俺が生まれる前、祖父の代からあるのだから当然だ。
一階部分はガレージになっていて、
そこに並んで駐車している軽トラックも建物同様に、かなり年季が入っていたが
車体は経営者の清廉な人柄が反映されているかのごとく
いつもピカピカに磨かれていた。
そんなガレージで忙しそうに動き回っている人影があった。
小柄な体つきの老いた男。
軽トラックに顧客へ納品する商品を運びこんでいる。
羽織った作業着の背には「サトウ産機」の文字が刺繍されていた。
「お疲れー」
俺は思わずこみあげてきた嬉しさを含んだ声で挨拶した。
年齢を感じさせない動きで、ぱっと振り向いたその老人、、辰也さんの顔に喜色が広がって、
「お!秀樹さん! どうでした?首尾は?」
俺は、祖父の代から我が家を支えてくれているこの老人が大好きだった。
すぐに親指を立て、グーのサインを送った。
「おおお!やりましたね!
社長!社長!秀樹さんが!」
大声で叫びながら社内に入っていく辰也さんに続いて中へ入ると
「見ればわかるよ」
かなり素っ気なく、社長と呼ばれた中年女性は答えて、
切れ長の眼が俺を見た。
長身で豊満な身体を上は辰也さんと同じ作業着が、
下はデニムのジーンズが長くスラリとした脚と張りのあるヒップを包んでいる。
長い髪を大きく束ねて、年齢にしては化粧っけの薄い顔は、端正な美貌と言って良いレベルだろう。
これが、豊洲に根を張って3代目になる「サトウ産機」の女社長、佐藤遥。
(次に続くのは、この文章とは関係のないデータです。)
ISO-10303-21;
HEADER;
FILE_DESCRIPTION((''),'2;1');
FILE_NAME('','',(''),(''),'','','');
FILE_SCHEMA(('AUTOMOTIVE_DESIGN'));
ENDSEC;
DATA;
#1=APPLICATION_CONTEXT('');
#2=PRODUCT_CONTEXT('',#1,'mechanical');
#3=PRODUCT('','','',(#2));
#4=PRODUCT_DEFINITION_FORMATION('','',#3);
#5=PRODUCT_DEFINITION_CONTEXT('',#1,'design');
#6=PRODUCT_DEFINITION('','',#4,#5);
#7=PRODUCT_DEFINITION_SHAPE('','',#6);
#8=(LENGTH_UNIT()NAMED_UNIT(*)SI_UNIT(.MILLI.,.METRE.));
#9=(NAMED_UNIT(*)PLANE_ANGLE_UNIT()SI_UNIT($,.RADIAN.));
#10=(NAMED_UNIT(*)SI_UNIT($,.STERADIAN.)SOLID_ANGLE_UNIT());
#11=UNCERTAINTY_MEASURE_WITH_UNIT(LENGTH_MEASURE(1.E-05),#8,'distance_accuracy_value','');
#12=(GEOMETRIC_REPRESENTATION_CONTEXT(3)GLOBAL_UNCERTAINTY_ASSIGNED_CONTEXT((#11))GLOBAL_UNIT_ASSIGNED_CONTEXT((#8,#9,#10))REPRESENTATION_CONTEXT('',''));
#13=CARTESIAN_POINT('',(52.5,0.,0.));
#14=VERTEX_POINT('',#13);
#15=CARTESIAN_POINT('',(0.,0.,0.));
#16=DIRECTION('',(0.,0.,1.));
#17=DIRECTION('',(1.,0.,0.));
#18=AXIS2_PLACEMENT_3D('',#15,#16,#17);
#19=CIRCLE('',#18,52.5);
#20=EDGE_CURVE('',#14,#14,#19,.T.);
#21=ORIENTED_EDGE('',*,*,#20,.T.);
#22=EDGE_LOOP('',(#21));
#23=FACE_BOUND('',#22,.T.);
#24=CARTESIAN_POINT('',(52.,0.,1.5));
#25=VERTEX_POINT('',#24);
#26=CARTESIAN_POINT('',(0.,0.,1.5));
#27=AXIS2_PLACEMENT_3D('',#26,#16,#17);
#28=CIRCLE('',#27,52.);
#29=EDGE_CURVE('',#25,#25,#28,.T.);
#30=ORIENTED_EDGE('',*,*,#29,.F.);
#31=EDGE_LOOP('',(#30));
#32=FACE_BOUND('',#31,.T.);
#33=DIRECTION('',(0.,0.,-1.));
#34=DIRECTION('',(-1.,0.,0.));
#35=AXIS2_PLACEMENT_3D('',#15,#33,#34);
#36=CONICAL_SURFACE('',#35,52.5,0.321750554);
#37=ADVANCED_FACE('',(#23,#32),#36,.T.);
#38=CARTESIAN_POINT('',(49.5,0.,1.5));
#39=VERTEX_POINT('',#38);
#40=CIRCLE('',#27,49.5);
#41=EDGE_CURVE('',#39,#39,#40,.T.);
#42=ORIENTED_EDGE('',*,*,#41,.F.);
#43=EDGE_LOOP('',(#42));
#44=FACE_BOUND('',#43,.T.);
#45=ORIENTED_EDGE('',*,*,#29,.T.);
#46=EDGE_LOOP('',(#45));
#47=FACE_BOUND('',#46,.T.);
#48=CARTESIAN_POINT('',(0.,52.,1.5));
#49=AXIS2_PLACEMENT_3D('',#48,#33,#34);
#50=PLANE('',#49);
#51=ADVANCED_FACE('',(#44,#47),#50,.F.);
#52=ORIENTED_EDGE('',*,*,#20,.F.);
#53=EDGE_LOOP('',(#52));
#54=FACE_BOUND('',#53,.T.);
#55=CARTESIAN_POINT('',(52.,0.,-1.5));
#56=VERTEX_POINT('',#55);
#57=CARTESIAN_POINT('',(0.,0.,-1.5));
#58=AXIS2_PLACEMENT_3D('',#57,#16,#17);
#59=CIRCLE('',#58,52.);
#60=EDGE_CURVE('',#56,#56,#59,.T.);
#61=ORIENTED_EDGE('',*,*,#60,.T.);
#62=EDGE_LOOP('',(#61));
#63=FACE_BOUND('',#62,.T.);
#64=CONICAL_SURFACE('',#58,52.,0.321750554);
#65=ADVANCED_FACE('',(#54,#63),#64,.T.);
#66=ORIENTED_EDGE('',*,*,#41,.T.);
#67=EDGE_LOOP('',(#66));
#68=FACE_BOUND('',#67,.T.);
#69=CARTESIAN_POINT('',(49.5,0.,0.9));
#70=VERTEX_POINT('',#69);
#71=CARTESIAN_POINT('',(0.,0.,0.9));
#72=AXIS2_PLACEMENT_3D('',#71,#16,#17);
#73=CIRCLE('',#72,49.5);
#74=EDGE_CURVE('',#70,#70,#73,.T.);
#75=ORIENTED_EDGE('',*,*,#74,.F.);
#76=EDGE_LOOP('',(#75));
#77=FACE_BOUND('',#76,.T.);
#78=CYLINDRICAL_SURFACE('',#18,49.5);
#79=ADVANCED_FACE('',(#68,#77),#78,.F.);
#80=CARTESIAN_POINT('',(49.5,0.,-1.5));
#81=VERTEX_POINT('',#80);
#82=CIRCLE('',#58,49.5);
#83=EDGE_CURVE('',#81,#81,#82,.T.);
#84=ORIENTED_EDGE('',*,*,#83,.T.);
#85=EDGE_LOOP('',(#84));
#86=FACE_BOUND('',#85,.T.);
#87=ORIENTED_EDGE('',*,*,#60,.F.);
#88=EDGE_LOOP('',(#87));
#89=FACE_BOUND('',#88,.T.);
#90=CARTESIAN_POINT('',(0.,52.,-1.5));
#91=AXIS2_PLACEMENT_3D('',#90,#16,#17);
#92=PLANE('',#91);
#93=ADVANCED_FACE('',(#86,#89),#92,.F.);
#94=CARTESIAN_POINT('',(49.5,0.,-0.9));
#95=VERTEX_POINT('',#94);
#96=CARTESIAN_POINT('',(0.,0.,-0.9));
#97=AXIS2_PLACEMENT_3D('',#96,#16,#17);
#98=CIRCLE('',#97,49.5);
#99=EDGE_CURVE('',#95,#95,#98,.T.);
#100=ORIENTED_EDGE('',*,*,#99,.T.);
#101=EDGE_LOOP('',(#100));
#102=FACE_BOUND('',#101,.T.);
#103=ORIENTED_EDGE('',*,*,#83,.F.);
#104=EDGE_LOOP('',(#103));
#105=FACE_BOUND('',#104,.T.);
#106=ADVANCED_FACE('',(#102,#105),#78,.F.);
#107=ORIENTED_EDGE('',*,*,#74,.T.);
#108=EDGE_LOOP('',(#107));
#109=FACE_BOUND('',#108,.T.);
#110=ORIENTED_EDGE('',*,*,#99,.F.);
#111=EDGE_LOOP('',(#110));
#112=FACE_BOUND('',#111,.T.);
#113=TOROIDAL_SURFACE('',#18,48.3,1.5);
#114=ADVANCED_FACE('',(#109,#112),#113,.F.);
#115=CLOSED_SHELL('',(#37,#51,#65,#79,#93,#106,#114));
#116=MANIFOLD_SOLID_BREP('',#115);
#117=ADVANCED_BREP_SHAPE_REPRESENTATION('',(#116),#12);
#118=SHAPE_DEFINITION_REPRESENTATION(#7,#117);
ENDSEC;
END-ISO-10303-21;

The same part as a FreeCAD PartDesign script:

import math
import FreeCAD as App
import Part
import Sketcher

doc = App.newDocument("Part")
body = doc.addObject("PartDesign::Body", "Body")

sketch1 = body.newObject("Sketcher::SketchObject", "Sketch")
sketch1.AttachmentSupport = (doc.getObject("YZ_Plane"), [""])
sketch1.MapMode = "FlatFace"
sketch1.addGeometry([
    Part.LineSegment(App.Vector(52, -1.5, 0), App.Vector(52.5, 0, 0)),
    Part.LineSegment(App.Vector(52.5, 0, 0), App.Vector(52, 1.5, 0)),
    Part.LineSegment(App.Vector(52, 1.5, 0), App.Vector(49.5, 1.5, 0)),
    Part.LineSegment(App.Vector(49.5, 1.5, 0), App.Vector(49.5, 0.9, 0)),
    Part.ArcOfCircle(Part.Circle(App.Vector(48.3, 0, 0), App.Vector(0, 0, 1), 1.5), math.radians(-37), math.radians(37)),
    Part.LineSegment(App.Vector(49.5, -0.9, 0), App.Vector(49.5, -1.5, 0)),
    Part.LineSegment(App.Vector(49.5, -1.5, 0), App.Vector(52, -1.5, 0)),
], False)
sketch1.addConstraint([
    Sketcher.Constraint("Coincident", 0, 2, 1, 1),
    Sketcher.Constraint("Coincident", 1, 2, 2, 1),
    Sketcher.Constraint("Coincident", 2, 2, 3, 1),
    Sketcher.Constraint("Coincident", 3, 2, 4, 2),
    Sketcher.Constraint("Coincident", 4, 1, 5, 1),
    Sketcher.Constraint("Coincident", 5, 2, 6, 1),
    Sketcher.Constraint("Coincident", 6, 2, 0, 1),
    Sketcher.Constraint("Horizontal", 2),
    Sketcher.Constraint("Vertical", 3),
    Sketcher.Constraint("Vertical", 5),
    Sketcher.Constraint("Horizontal", 6),
    Sketcher.Constraint("Symmetric", 3, 2, 4, 1, -1),
    Sketcher.Constraint("Symmetric", 1, 2, 6, 2, -1),
    Sketcher.Constraint("PointOnObject", 0, 2, -1),
    Sketcher.Constraint("Radius", 4, 1.5),
    Sketcher.Constraint("DistanceX", 2, 2, 2, 1, 2.5),
    Sketcher.Constraint("DistanceY", 3, 2, 3, 1, 0.6),
    Sketcher.Constraint("DistanceX", -1, 1, 1, 2, 52.0),
    Sketcher.Constraint("DistanceX", 2, 2, 0, 2, 3.0),
    Sketcher.Constraint("DistanceY", 5, 2, 2, 2, 3.0),
])
revolution = body.newObject("PartDesign::Revolution", "Revolution")
revolution.Profile = sketch1
revolution.ReferenceAxis = (sketch1, ["V_Axis"])
revolution.Angle = 360

doc.recompute()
俺の母だ。
「うまく纏まったみたいだね」
女社長は表情を変えずに、そう言った。
しかし、内心は、飛び上がるくらいに相当嬉しかったはずだ。
町内会の会長、清水からの紹介で豊洲市場へ移転する業者達から
移転に伴う冷蔵・冷凍設備を大量に受注したのだ。
高校を出てすぐに家業を手伝い出した俺にとって、
この大きな受注が初めての仕事だった。
生まれる前から知っている町内会長からの斡旋なのだから、失敗するはずもなく威張れたことではないが
それでも跡取りとして周囲から認められた様な気がした。
「秀樹が来たから、始めるよ!」
事務所の中に澄んだ声が大きく響いた。
男勝り、姉御肌、様々な形容詞で称される母だ。
たった一声で場の空気が引き締まる。
パンッパンと小気味よい拍手の音が響く。
社員一同が揃って事務所の神棚に手を合わせる。
受注した大きな仕事の無事を祈る、、、大きな仕事の前にはいつもやる行為だ。
女社長のカリスマのなせる業なのか全社員が熱心に手を合わせていた。
儀式が終わると
長い髪を揺らして女社長がこちらに向き直る。
すっと背筋の伸びた凛然たる立ち姿。
並んだ社員たちと揃いの、男物の作業着がオーダーメイドのように身に馴染んでいる。
(胸元の大きな膨らみは若干窮屈そうだが)
「皆!よろしくお願いね!」
「はい!」
全社員から心地よい返事が一斉に返る。
この受注をきっかけに2016年11月7日の移転日に向けて、社内は大忙しになった。
大手メーカーから機器を買い付け、当社で顧客に合ったカスタマイズをしてから納品するのが主な仕事だ。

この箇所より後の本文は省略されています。